# Anne McCaffrey, 1926-2011



## chopper (Nov 22, 2011)

Now being reported via Tor.com

http://www.tor.com/blogs/2011/11/anne-mccaffrey-in-remembrance

Very sad news.


----------



## Pyan (Nov 22, 2011)

Very sad news. So many people got their first taste of fantasy from the Dragonrider books, and she created some of the truly memorable female main characters in the genre - Lessa, Killashandra, the Rowan. 

_Slán agus beannacht leat_,Áine.


----------



## hopewrites (Nov 22, 2011)

:'( that is sad.
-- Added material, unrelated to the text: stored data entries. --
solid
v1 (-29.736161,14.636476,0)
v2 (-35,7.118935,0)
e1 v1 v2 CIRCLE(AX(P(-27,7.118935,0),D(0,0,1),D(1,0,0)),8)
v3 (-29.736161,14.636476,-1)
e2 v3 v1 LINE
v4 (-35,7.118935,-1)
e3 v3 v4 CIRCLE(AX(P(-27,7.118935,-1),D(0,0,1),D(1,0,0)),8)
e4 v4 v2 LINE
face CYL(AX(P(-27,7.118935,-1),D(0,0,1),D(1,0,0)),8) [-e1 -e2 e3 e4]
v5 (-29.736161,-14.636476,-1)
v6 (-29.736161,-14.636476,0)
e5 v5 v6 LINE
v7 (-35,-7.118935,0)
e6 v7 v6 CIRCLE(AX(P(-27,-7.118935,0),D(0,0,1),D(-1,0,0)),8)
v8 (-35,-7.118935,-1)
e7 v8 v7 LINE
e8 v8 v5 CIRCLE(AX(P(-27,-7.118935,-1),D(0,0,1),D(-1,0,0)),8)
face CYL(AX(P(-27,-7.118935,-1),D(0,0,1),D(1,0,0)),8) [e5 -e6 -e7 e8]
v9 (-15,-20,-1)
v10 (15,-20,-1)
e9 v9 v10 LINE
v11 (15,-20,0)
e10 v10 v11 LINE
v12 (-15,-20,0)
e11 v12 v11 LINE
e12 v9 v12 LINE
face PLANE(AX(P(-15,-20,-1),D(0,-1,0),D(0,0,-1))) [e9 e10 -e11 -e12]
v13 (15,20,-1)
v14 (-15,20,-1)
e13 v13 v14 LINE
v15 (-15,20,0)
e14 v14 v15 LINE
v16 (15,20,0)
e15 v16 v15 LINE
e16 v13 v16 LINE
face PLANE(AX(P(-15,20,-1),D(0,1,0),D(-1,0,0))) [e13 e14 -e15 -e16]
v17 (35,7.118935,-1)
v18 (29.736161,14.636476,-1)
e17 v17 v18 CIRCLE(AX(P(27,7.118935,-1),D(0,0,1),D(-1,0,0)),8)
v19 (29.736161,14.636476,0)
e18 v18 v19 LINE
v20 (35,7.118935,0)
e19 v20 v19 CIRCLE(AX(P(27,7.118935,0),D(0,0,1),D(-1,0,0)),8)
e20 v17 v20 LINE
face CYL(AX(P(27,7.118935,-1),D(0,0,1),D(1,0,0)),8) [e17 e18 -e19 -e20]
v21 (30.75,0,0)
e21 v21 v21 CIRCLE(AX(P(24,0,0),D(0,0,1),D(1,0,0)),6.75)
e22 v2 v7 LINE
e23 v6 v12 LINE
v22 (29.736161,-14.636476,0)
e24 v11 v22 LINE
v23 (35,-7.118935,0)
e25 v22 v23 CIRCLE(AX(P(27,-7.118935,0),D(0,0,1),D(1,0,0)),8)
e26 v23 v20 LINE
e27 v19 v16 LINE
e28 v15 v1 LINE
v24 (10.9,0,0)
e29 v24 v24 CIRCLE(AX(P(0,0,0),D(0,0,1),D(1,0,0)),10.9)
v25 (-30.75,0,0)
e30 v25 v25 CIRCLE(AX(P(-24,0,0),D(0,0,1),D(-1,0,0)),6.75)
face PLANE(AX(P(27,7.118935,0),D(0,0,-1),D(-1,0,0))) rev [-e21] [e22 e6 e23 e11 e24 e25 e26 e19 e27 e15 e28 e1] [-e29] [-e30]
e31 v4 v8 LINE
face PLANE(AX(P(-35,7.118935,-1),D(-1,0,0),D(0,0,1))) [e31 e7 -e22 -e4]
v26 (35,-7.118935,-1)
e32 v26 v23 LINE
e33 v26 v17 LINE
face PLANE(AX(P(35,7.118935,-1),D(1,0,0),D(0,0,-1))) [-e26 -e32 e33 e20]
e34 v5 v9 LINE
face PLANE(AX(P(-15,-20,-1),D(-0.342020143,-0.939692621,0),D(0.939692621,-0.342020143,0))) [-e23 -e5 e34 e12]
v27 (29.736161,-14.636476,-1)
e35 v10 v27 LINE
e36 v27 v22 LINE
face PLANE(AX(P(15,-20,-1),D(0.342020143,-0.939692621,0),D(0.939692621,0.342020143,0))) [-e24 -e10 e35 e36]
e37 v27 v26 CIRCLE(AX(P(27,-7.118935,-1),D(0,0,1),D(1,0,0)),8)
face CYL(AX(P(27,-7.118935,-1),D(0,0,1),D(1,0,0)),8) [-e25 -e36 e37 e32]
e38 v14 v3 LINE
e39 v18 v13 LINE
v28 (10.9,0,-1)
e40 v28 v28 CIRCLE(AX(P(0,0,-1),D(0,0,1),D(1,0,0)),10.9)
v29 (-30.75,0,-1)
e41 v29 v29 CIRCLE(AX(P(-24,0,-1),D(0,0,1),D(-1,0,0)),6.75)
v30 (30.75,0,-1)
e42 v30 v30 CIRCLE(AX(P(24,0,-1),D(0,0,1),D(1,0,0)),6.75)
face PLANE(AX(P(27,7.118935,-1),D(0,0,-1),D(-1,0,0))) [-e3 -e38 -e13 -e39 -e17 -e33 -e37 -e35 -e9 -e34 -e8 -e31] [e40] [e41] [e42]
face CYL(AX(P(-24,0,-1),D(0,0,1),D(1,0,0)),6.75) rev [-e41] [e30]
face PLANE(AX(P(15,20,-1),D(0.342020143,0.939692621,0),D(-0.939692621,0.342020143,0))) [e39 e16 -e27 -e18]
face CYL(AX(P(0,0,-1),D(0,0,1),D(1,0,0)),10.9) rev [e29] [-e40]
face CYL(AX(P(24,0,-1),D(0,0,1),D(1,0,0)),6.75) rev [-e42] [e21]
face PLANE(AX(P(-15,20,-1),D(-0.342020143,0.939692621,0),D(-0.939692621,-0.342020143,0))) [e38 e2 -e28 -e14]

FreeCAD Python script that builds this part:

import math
import FreeCAD as App
import Part
import Sketcher
Q = App.Units.Quantity

doc = App.newDocument("Part")
body = doc.addObject("PartDesign::Body", "Body")

# Sketch on XY plane
sketch1 = body.newObject("Sketcher::SketchObject", "Sketch")
sketch1.AttachmentSupport = (doc.getObject("XY_Plane"), [""])
sketch1.MapMode = "FlatFace"
sketch1.addGeometry(Part.LineSegment(App.Vector(15, 20, 0), App.Vector(-15, 20, 0)), False)
sketch1.addGeometry(Part.LineSegment(App.Vector(-15, 20, 0), App.Vector(-30, 15, 0)), False)
sketch1.addGeometry(Part.ArcOfCircle(Part.Circle(App.Vector(-27, 7, 0), App.Vector(0, 0, 1), 8), math.radians(110), math.radians(180)), False)
sketch1.addGeometry(Part.LineSegment(App.Vector(-35, 7, 0), App.Vector(-35, -7, 0)), False)
sketch1.addGeometry(Part.ArcOfCircle(Part.Circle(App.Vector(-27, -7, 0), App.Vector(0, 0, 1), 8), math.radians(180), math.radians(250)), False)
sketch1.addGeometry(Part.LineSegment(App.Vector(-30, -15, 0), App.Vector(-15, -20, 0)), False)
sketch1.addGeometry(Part.LineSegment(App.Vector(-15, -20, 0), App.Vector(15, -20, 0)), False)
sketch1.addGeometry(Part.LineSegment(App.Vector(15, -20, 0), App.Vector(30, -15, 0)), False)
sketch1.addGeometry(Part.ArcOfCircle(Part.Circle(App.Vector(27, -7, 0), App.Vector(0, 0, 1), 8), math.radians(-70), math.radians(0)), False)
sketch1.addGeometry(Part.LineSegment(App.Vector(35, -7, 0), App.Vector(35, 7, 0)), False)
sketch1.addGeometry(Part.ArcOfCircle(Part.Circle(App.Vector(27, 7, 0), App.Vector(0, 0, 1), 8), math.radians(0), math.radians(70)), False)
sketch1.addGeometry(Part.LineSegment(App.Vector(30, 15, 0), App.Vector(15, 20, 0)), False)
sketch1.addGeometry(Part.Circle(App.Vector(24, 0, 0), App.Vector(0, 0, 1), 7), False)
sketch1.addGeometry(Part.Circle(App.Vector(0, 0, 0), App.Vector(0, 0, 1), 11), False)
sketch1.addGeometry(Part.Circle(App.Vector(-24, 0, 0), App.Vector(0, 0, 1), 7), False)
sketch1.addConstraint(Sketcher.Constraint("Coincident", 0, 2, 1, 1))
sketch1.addConstraint(Sketcher.Constraint("Tangent", 1, 2, 2, 1))
sketch1.addConstraint(Sketcher.Constraint("Tangent", 2, 2, 3, 1))
sketch1.addConstraint(Sketcher.Constraint("Tangent", 3, 2, 4, 1))
sketch1.addConstraint(Sketcher.Constraint("Tangent", 4, 2, 5, 1))
sketch1.addConstraint(Sketcher.Constraint("Coincident", 5, 2, 6, 1))
sketch1.addConstraint(Sketcher.Constraint("Coincident", 6, 2, 7, 1))
sketch1.addConstraint(Sketcher.Constraint("Tangent", 7, 2, 8, 1))
sketch1.addConstraint(Sketcher.Constraint("Tangent", 8, 2, 9, 1))
sketch1.addConstraint(Sketcher.Constraint("Tangent", 9, 2, 10, 1))
sketch1.addConstraint(Sketcher.Constraint("Tangent", 10, 2, 11, 1))
sketch1.addConstraint(Sketcher.Constraint("Coincident", 11, 2, 0, 1))
sketch1.addConstraint(Sketcher.Constraint("Horizontal", 0))
sketch1.addConstraint(Sketcher.Constraint("Vertical", 3))
sketch1.addConstraint(Sketcher.Constraint("Horizontal", 6))
sketch1.addConstraint(Sketcher.Constraint("Vertical", 9))
sketch1.addConstraint(Sketcher.Constraint("Coincident", 13, 3, -1, 1))
sketch1.addConstraint(Sketcher.Constraint("Equal", 2, 4))
sketch1.addConstraint(Sketcher.Constraint("Equal", 4, 8))
sketch1.addConstraint(Sketcher.Constraint("Equal", 8, 10))
sketch1.addConstraint(Sketcher.Constraint("Equal", 12, 14))
sketch1.addConstraint(Sketcher.Constraint("Symmetric", 2, 3, 8, 3, -1, 1))
sketch1.addConstraint(Sketcher.Constraint("Symmetric", 12, 3, 14, 3, -1, 1))
sketch1.addConstraint(Sketcher.Constraint("Symmetric", 0, 2, 6, 2, -1, 1))
sketch1.addConstraint(Sketcher.Constraint("Symmetric", 4, 2, 10, 2, -1, 1))
sketch1.addConstraint(Sketcher.Constraint("Symmetric", 4, 2, 7, 2, -2))
sketch1.addConstraint(Sketcher.Constraint("PointOnObject", 12, 3, -1))
sketch1.addConstraint(Sketcher.Constraint("Radius", 2, Q("8 mm")))
sketch1.addConstraint(Sketcher.Constraint("Diameter", 12, Q("13.5 mm")))
sketch1.addConstraint(Sketcher.Constraint("Diameter", 13, Q("21.8 mm")))
sketch1.addConstraint(Sketcher.Constraint("DistanceX", 0, 2, 0, 1, Q("30 mm")))
sketch1.addConstraint(Sketcher.Constraint("Angle", 1, Q("-160 deg")))
sketch1.addConstraint(Sketcher.Constraint("DistanceX", 2, 3, -1, 1, Q("27 mm")))
sketch1.addConstraint(Sketcher.Constraint("DistanceX", -1, 1, 12, 3, Q("24 mm")))
sketch1.addConstraint(Sketcher.Constraint("DistanceY", -1, 1, 0, 2, Q("20 mm")))
pad1 = body.newObject("PartDesign::Pad", "Pad")
pad1.Profile = sketch1
pad1.Length = 1
pad1.Reversed = True

doc.recompute()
To this day Roberton is my fantasy crush.


----------



## Talysia (Nov 22, 2011)

Such sad news.  _The White Dragon_ was one of my first forays into fantasy, and I went on to read just about all of the Pern books, as well as a good part of Anne's other series.  Rest in peace.


----------



## mosaix (Nov 22, 2011)

Sad news indeed.


----------



## Timba (Nov 22, 2011)

The dragon host is sounding a mighty trumpeting, one of the great dragons has moved on.


----------



## Parson (Nov 23, 2011)

Sad, very sad. One of the all time greats has passed this vale of tears. May she ride up on the wings of a dragon, resonating to all that's good like perfect crystal.


----------



## Perpetual Man (Nov 23, 2011)

When I was younger and there was less fantasy/SF around, my friends gave me an Anne MCaffrey book to read. Everyone seemed to love them, but I struggled, and ended up giving up, so I never became a fan.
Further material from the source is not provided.